MATERIAL FOR THE TASK Start Marker
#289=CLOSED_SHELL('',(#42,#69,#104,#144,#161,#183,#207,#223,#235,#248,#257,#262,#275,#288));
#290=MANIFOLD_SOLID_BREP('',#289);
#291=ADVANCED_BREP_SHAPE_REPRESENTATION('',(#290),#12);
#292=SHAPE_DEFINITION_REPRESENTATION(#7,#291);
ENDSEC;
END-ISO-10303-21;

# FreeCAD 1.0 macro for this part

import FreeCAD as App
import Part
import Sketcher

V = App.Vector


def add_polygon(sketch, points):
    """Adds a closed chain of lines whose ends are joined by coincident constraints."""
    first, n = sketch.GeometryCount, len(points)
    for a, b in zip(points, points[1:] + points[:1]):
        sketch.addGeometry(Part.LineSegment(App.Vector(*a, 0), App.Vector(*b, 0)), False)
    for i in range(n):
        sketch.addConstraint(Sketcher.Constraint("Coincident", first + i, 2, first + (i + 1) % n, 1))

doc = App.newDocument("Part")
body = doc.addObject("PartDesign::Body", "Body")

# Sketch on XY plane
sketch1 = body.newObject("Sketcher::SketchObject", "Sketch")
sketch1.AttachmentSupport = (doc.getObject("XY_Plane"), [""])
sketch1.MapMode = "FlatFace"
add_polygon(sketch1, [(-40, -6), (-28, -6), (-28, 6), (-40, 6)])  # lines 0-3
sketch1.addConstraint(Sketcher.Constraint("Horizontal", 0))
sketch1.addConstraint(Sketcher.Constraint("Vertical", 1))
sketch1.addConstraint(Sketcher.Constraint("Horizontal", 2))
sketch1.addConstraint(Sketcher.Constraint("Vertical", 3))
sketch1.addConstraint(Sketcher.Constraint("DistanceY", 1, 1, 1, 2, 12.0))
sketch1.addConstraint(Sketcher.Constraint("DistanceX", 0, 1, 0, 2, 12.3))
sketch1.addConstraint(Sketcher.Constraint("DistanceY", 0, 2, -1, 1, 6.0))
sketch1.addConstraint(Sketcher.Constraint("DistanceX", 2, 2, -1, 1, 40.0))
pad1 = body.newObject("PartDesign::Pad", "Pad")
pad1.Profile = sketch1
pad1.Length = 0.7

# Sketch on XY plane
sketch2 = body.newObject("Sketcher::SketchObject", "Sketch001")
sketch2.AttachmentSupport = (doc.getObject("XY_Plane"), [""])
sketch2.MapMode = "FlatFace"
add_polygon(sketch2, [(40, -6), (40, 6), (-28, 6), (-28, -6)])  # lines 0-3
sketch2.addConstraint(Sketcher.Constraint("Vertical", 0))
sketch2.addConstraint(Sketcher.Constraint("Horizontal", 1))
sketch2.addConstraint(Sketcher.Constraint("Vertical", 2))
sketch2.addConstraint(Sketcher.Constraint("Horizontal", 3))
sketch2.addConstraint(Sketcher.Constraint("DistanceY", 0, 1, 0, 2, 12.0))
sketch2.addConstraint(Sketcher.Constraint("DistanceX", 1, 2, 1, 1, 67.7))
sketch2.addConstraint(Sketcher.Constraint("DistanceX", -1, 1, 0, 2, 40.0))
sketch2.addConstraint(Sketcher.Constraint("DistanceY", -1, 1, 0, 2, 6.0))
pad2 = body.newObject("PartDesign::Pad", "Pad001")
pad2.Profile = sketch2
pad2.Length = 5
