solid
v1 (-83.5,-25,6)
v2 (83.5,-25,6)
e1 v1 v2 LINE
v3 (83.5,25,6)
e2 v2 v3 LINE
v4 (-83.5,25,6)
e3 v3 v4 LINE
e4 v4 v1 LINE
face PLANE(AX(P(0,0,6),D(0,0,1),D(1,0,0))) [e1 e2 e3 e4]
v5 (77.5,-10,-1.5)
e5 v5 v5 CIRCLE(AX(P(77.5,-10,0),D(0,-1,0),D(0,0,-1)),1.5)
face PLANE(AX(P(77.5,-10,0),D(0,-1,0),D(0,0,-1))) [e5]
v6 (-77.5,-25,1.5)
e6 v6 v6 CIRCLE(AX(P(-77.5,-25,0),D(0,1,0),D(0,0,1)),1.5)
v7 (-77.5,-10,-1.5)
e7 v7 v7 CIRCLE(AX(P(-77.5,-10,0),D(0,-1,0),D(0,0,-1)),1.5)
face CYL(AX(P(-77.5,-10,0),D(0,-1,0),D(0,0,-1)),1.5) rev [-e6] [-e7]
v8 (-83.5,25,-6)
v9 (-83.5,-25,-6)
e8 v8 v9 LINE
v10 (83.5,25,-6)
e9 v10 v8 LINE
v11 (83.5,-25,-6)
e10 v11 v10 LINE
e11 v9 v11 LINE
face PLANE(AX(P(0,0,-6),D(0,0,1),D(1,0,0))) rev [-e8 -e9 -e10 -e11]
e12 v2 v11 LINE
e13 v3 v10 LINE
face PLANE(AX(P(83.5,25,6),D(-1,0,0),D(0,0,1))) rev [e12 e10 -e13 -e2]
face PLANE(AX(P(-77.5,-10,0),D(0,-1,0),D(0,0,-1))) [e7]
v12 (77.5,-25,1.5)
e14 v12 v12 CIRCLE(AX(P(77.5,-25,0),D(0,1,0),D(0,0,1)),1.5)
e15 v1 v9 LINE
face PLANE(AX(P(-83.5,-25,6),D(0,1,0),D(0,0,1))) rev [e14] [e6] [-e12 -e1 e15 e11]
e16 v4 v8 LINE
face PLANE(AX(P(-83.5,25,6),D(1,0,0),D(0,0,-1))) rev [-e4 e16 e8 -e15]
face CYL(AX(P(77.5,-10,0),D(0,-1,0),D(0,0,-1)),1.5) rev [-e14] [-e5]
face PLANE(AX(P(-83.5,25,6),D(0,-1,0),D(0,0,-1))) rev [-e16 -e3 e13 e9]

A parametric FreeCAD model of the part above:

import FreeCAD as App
import Part
import Sketcher

V = App.Vector


def add_polygon(sketch, points):
    """Adds a closed chain of lines whose ends are joined by coincident constraints."""
    first, n = sketch.GeometryCount, len(points)
    for a, b in zip(points, points[1:] + points[:1]):
        sketch.addGeometry(Part.LineSegment(App.Vector(*a, 0), App.Vector(*b, 0)), False)
    for i in range(n):
        sketch.addConstraint(Sketcher.Constraint("Coincident", first + i, 2, first + (i + 1) % n, 1))

doc = App.newDocument("Part")
params = doc.addObject("Spreadsheet::Sheet", "Params")
for row, (alias, value) in enumerate([
    ("sketch1_width", "167 mm"),
    ("sketch1_height", "50 mm"),
    ("pad1_length", "12 mm"),
    ("sketch2_diameter", "3 mm"),
    ("pocket1_length", "30 mm"),
], start=1):
    params.set(f"A{row}", alias)
    params.set(f"B{row}", "=" + value)
    params.setAlias(f"B{row}", alias)

body = doc.addObject("PartDesign::Body", "Body")

# Sketch on XY plane
sketch1 = body.newObject("Sketcher::SketchObject", "Sketch")
sketch1.AttachmentSupport = (doc.getObject("XY_Plane"), [""])
sketch1.MapMode = "FlatFace"
add_polygon(sketch1, [(-84, 25), (-84, -25), (84, -25), (84, 25)])  # lines 0-3
sketch1.addConstraint([
    Sketcher.Constraint("Vertical", 0),
    Sketcher.Constraint("Horizontal", 1),
    Sketcher.Constraint("Vertical", 2),
    Sketcher.Constraint("Horizontal", 3),
    Sketcher.Constraint("Symmetric", 0, 2, 2, 2, -1, 1),
    Sketcher.Constraint("DistanceX", 1, 1, 1, 2, 167.0),
    Sketcher.Constraint("DistanceY", 0, 2, 0, 1, 50.0),
])
sketch1.setExpression("Constraints[9]", "Params.sketch1_width")
sketch1.setExpression("Constraints[10]", "Params.sketch1_height")
pad1 = body.newObject("PartDesign::Pad", "Pad")
pad1.Profile = sketch1
pad1.setExpression("Length", "Params.pad1_length")
pad1.Midplane = True

# Sketch on XZ plane
sketch2 = body.newObject("Sketcher::SketchObject", "Sketch001")
sketch2.AttachmentSupport = (doc.getObject("XZ_Plane"), [""])
sketch2.MapMode = "FlatFace"
sketch2.AttachmentOffset = App.Placement(V(0, 0, 25), App.Rotation())
sketch2.addGeometry([
    Part.Circle(V(-77.5, 0, 0), V(0, 0, 1), 1.5),
    Part.Circle(V(77.5, 0, 0), V(0, 0, 1), 1.5),
], False)
sketch2.addConstraint([
    Sketcher.Constraint("Equal", 0, 1),
    Sketcher.Constraint("Symmetric", 0, 3, 1, 3, -1, 1),
    Sketcher.Constraint("PointOnObject", 0, 3, -1),
    Sketcher.Constraint("Diameter", 0, 3.0),
    Sketcher.Constraint("DistanceX", 0, 3, 1, 3, 155.0),
])
sketch2.setExpression("Constraints[3]", "Params.sketch2_diameter")
pocket1 = body.newObject("PartDesign::Pocket", "Pocket")
pocket1.Profile = sketch2
pocket1.setExpression("Length", "Params.pocket1_length")
pocket1.Midplane = True

doc.recompute()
MATERIAL FOR THE TASK End Marker
### EXERCISE AIM
With the line that has "e6 v6 v6 CIRCLE(AX(P(-77.5,-25,0),D(0,1,0),D(0,0,1)),1.5)" as the first and the line that has "A parametric FreeCAD" as the last, repeat exactly that run of lines above and no more.

### FINISHED EXERCISE
e6 v6 v6 CIRCLE(AX(P(-77.5,-25,0),D(0,1,0),D(0,0,1)),1.5)
v7 (-77.5,-10,-1.5)
e7 v7 v7 CIRCLE(AX(P(-77.5,-10,0),D(0,-1,0),D(0,0,-1)),1.5)
face CYL(AX(P(-77.5,-10,0),D(0,-1,0),D(0,0,-1)),1.5) rev [-e6] [-e7]
v8 (-83.5,25,-6)
v9 (-83.5,-25,-6)
e8 v8 v9 LINE
v10 (83.5,25,-6)
e9 v10 v8 LINE
v11 (83.5,-25,-6)
e10 v11 v10 LINE
e11 v9 v11 LINE
face PLANE(AX(P(0,0,-6),D(0,0,1),D(1,0,0))) rev [-e8 -e9 -e10 -e11]
e12 v2 v11 LINE
e13 v3 v10 LINE
face PLANE(AX(P(83.5,25,6),D(-1,0,0),D(0,0,1))) rev [e12 e10 -e13 -e2]
face PLANE(AX(P(-77.5,-10,0),D(0,-1,0),D(0,0,-1))) [e7]
v12 (77.5,-25,1.5)
e14 v12 v12 CIRCLE(AX(P(77.5,-25,0),D(0,1,0),D(0,0,1)),1.5)
e15 v1 v9 LINE
face PLANE(AX(P(-83.5,-25,6),D(0,1,0),D(0,0,1))) rev [e14] [e6] [-e12 -e1 e15 e11]
e16 v4 v8 LINE
face PLANE(AX(P(-83.5,25,6),D(1,0,0),D(0,0,-1))) rev [-e4 e16 e8 -e15]
face CYL(AX(P(77.5,-10,0),D(0,-1,0),D(0,0,-1)),1.5) rev [-e14] [-e5]
face PLANE(AX(P(-83.5,25,6),D(0,-1,0),D(0,0,-1))) rev [-e16 -e3 e13 e9]

A parametric FreeCAD model of the part above:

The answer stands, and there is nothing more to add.